Giving high marks to Union Finance Minister P Chidambaram for presenting a pro-growth budget, the US India Business Council on Thursday said the government has taken some corrective steps to revitalise investor enthusiasm, spur growth, and tame its spending.
Terming India's 2013-14 Budget as fundamentally sound, USIBC lauded the government's plan to accelerate public sector divestment - a move that will stimulate greater efficiencies and productivity.
"The government of India recognises that a growth rate of 5 per cent will not run its economic engine fast enough to create the jobs necessary to put India's young population to work," the USIBC President Ron Somers said.
"The present threat of slowing growth is not dissimilar to that experienced during the financial crisis 20 years ago that prompted India's economic opening.
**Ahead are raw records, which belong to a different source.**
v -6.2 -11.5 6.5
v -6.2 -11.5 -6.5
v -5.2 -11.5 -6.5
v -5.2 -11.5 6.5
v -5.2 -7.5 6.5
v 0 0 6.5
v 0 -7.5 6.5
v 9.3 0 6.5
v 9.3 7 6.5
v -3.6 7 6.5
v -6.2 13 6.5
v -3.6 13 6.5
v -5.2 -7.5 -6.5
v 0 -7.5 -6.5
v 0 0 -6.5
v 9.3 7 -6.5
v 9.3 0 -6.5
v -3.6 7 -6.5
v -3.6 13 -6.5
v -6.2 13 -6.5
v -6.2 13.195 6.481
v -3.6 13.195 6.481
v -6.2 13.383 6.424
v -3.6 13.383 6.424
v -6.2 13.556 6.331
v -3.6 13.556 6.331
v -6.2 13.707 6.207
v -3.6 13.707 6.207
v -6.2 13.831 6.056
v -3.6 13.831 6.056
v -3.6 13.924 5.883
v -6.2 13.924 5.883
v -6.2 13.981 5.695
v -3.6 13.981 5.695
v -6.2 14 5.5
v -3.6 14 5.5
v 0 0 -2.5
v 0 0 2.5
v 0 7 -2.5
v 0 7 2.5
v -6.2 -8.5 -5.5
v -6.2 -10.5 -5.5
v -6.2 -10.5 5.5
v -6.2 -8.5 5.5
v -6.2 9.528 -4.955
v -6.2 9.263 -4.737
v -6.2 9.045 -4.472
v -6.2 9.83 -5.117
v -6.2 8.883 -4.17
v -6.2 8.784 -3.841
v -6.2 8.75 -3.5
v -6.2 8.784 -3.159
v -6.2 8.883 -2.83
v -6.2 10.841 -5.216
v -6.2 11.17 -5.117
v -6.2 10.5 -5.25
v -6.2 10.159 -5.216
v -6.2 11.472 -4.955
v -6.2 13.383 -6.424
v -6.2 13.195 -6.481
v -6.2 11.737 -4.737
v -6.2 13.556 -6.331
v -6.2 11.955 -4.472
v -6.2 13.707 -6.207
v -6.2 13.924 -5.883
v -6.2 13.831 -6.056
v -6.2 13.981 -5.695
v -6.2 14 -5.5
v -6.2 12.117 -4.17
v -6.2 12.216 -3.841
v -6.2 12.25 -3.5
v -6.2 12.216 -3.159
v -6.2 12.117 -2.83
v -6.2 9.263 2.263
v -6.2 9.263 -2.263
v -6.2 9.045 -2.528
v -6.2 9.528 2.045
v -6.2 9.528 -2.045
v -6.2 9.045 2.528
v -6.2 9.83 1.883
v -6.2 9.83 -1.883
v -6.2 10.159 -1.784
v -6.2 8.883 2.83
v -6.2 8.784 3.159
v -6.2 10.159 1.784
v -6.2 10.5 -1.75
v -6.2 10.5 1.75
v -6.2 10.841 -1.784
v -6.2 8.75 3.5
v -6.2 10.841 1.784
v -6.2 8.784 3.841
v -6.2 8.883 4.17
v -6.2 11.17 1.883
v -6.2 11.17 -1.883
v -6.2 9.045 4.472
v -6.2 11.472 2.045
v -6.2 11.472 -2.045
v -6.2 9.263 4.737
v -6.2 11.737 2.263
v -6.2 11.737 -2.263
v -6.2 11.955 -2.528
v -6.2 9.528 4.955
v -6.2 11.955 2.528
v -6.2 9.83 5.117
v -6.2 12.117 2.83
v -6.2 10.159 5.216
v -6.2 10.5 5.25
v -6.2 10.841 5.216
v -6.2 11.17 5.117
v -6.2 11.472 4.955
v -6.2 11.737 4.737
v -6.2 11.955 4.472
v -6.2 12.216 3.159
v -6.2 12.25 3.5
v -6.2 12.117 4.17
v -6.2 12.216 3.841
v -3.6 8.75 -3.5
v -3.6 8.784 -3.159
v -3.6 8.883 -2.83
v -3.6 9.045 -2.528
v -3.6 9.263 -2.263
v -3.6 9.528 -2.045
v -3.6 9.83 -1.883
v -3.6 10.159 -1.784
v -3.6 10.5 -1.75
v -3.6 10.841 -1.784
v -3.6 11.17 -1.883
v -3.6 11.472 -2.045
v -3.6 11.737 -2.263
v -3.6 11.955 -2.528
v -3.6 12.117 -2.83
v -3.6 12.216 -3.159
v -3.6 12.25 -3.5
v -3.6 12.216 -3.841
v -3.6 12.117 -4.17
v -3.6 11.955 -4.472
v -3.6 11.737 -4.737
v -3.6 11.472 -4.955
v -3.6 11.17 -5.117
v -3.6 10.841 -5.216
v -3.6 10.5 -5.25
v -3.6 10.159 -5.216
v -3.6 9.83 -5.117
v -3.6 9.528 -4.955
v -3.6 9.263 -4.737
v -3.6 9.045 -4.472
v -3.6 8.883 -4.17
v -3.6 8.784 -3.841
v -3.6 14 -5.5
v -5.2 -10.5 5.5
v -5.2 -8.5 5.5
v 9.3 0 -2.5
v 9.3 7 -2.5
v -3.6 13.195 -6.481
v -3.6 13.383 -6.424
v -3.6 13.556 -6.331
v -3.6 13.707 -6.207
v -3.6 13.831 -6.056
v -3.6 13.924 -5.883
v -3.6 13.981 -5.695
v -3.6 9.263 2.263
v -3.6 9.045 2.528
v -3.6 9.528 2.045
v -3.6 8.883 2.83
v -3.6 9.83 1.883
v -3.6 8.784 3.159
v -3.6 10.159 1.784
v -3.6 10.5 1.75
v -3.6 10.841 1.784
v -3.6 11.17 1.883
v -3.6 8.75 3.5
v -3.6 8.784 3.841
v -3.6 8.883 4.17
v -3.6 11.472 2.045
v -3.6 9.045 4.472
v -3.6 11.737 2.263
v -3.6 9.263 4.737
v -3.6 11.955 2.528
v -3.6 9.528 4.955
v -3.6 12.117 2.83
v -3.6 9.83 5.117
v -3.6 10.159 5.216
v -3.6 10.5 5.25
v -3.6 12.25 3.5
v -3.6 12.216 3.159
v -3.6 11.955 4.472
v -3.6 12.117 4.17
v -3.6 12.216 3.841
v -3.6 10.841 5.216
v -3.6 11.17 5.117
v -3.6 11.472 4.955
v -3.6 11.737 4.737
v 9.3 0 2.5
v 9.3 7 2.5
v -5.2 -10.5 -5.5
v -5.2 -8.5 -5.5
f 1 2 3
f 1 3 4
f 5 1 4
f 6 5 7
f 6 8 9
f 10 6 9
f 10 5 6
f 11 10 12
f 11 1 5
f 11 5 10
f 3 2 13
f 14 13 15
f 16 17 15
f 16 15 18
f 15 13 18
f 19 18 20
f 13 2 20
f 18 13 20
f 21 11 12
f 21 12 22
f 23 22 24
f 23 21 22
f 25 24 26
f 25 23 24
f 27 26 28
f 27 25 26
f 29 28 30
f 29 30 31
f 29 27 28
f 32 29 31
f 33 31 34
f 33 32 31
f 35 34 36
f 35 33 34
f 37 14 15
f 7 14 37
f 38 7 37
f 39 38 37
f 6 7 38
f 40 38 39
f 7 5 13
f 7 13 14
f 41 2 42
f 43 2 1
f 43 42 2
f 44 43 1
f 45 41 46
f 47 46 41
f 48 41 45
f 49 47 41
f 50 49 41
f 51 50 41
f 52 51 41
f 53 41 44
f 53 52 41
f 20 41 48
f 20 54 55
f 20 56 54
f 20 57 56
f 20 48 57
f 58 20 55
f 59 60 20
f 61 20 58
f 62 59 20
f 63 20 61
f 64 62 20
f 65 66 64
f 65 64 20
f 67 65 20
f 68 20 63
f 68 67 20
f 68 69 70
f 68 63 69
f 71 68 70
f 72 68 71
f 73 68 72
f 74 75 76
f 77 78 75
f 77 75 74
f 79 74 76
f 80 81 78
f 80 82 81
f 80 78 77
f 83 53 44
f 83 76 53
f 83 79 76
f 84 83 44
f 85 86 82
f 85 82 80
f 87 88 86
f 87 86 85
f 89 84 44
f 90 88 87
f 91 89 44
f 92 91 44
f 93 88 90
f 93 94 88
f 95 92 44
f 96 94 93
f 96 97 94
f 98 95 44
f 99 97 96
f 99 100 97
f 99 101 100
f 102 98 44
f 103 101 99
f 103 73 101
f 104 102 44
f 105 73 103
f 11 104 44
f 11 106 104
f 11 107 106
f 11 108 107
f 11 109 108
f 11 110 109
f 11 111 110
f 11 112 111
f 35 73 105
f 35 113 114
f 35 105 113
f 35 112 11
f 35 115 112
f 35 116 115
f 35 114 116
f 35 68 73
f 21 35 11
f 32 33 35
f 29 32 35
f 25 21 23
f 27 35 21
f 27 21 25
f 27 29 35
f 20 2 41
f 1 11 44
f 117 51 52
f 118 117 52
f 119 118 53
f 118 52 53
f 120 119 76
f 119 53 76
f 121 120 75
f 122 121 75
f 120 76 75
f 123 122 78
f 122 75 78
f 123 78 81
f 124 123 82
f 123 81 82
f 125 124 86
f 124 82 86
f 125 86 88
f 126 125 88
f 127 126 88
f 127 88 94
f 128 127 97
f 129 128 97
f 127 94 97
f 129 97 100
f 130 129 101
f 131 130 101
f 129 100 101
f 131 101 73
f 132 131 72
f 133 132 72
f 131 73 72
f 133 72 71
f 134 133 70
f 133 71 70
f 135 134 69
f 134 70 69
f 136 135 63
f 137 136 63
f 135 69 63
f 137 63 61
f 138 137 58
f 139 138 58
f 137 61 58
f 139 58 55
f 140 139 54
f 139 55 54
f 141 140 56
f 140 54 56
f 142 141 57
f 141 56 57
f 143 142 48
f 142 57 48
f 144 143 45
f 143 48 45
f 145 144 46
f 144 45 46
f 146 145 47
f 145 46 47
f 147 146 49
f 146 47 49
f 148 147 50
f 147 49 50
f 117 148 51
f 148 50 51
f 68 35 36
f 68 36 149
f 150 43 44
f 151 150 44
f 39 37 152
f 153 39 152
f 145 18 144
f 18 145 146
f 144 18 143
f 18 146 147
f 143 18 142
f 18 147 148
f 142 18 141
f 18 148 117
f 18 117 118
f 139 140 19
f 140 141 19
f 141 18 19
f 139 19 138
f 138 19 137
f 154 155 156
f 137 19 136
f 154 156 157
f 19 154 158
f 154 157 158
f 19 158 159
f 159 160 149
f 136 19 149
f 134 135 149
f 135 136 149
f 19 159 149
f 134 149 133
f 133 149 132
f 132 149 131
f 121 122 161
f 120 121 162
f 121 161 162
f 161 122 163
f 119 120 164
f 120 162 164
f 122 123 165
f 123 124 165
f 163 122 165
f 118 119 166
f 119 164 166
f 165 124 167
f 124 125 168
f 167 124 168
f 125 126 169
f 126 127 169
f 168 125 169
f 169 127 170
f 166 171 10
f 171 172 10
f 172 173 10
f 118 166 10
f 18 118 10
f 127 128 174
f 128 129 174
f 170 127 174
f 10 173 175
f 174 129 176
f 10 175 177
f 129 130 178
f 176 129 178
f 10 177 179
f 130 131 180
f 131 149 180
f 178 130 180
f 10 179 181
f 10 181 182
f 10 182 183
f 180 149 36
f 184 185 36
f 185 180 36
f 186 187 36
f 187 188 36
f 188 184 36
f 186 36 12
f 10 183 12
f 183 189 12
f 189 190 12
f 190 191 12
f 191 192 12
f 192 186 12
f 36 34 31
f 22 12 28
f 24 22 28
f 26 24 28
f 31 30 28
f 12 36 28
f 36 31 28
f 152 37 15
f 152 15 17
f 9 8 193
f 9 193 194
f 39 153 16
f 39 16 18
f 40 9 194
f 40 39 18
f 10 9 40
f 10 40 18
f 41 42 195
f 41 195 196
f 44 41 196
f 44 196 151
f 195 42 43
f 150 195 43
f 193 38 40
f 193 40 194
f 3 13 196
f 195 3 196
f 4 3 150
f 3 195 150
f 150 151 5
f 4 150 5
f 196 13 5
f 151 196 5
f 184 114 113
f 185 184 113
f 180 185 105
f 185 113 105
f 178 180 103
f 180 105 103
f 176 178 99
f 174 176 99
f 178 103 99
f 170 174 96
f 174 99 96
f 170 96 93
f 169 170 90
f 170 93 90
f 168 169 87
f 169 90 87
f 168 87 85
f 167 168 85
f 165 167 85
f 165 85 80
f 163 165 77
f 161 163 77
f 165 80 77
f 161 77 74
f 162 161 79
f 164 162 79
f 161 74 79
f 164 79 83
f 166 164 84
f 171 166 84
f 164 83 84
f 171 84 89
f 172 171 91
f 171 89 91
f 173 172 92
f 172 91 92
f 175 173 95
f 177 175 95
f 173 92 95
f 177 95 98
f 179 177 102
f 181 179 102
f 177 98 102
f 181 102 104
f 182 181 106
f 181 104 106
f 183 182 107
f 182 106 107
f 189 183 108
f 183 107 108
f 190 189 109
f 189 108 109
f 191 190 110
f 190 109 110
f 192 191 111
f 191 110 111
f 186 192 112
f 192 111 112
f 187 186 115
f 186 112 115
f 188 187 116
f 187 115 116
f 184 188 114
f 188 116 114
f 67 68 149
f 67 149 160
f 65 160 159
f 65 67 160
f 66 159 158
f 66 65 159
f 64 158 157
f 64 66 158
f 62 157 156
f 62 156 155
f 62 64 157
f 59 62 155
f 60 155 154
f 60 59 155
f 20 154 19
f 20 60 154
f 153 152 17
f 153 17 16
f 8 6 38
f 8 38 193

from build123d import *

# Parameters (mm, degrees)
EXTRUDE_1_DEPTH     = 6.5
SKETCH_2_W          = 9.3
SKETCH_2_H          = 5
CUT_EXTRUDE_1_DEPTH = 14.601102896
SKETCH_3_R          = 1.75
EXTRUDE_2_DEPTH     = 2.6
SKETCH_4_W          = 13
SKETCH_4_H          = 4
SKETCH_4_W_2        = 11
SKETCH_4_H_2        = 2
EXTRUDE_3_DEPTH     = 1


with BuildPart() as part:
    # 草图1 → 凸台-拉伸1 (new, symmetric)
    with BuildSketch(Plane.XY):
        Polygon((0, 0), (9.3, 0), (9.3, 7), (-6.2, 7), (-6.2, -7.5), (0, -7.5), align=None)
    extrude(amount=EXTRUDE_1_DEPTH, both=True)

    # 草图2 → 切除-拉伸1 (cut, through all)
    with BuildSketch(Plane.XZ):
        with Locations((4.65, 0)):
            Rectangle(SKETCH_2_W, SKETCH_2_H)
    extrude(amount=-CUT_EXTRUDE_1_DEPTH, mode=Mode.SUBTRACT)

    # 草图3 → 凸台-拉伸2 (add)
    with BuildSketch(Plane.ZY.offset(6.2)):
        with BuildLine():
            Line((5.5, 14), (-5.5, 14))
            ThreePointArc((-5.5, 14), (-6.207106781, 13.707106781), (-6.5, 13))
            Line((-6.5, 13), (-6.5, 7))
            Line((-6.5, 7), (6.5, 7))
            Line((6.5, 7), (6.5, 13))
            ThreePointArc((6.5, 13), (6.207106781, 13.707106781), (5.5, 14))
        make_face()
        with Locations(Location((-3.5, 10.5, 0), (0, 0, 270))):
            Circle(SKETCH_3_R, mode=Mode.SUBTRACT)
        with Locations(Location((3.5, 10.5, 0), (0, 0, 90))):
            Circle(SKETCH_3_R, mode=Mode.SUBTRACT)
    extrude(amount=-EXTRUDE_2_DEPTH)

    # 草图4 → 凸台-拉伸3 (add)
    with BuildSketch(Plane.ZY.offset(6.2)):
        with Locations((0, -9.5)):
            Rectangle(SKETCH_4_W, SKETCH_4_H)
        with Locations((0, -9.5)):
            Rectangle(SKETCH_4_W_2, SKETCH_4_H_2, mode=Mode.SUBTRACT)
    extrude(amount=-EXTRUDE_3_DEPTH)


solid = part.part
"This government well remembers the under-employment so rampant at that time, and in this 2013 budget, the Finance Minister has taken some corrective steps necessary to revitalise investor enthusiasm, spur growth, and tame government spending," Somers said, reflecting the views of the US corporate sector on the annual Budget.
USIBC reiterated its demand for increased liberalisation in the insurance, pension, defence, and retail sectors - actions that will attract capital and technology to India.
Rather than the government resorting to out-dated "command-control" policies or mandates to require companies to manufacture locally, USIBC continues to press for market-based incentives
USIBC also said it is committed to support India in its $1 trillion dollar build-out of infrastructure, which will generate jobs and opportunities for both Indian and American companies.
To mobilise the funds necessary for India to meet these mammoth targets, USIBC applauded India's important expansion of the capital markets, including increased debt limits for infra tax-free bonds and allowance of FIIs for the first time to trade in foreign exchange.
Recognising India's aspiration to achieve greater energy security, USIBC welcomed government's persistence in continuing to bring fuel prices in line with market rates.
On the tax front, USIBC said there was a clarity now emerging by India's adoption of the Shome Committee recommendations, which stipulate clear guidelines defining legitimate tax planning for domestic and foreign investors.
More broadly, USIBC emphasised that while policy direction on foreign company taxation is important, the real litmus test for investors will be how such taxes are enforced and collected in a fair, consistent manner.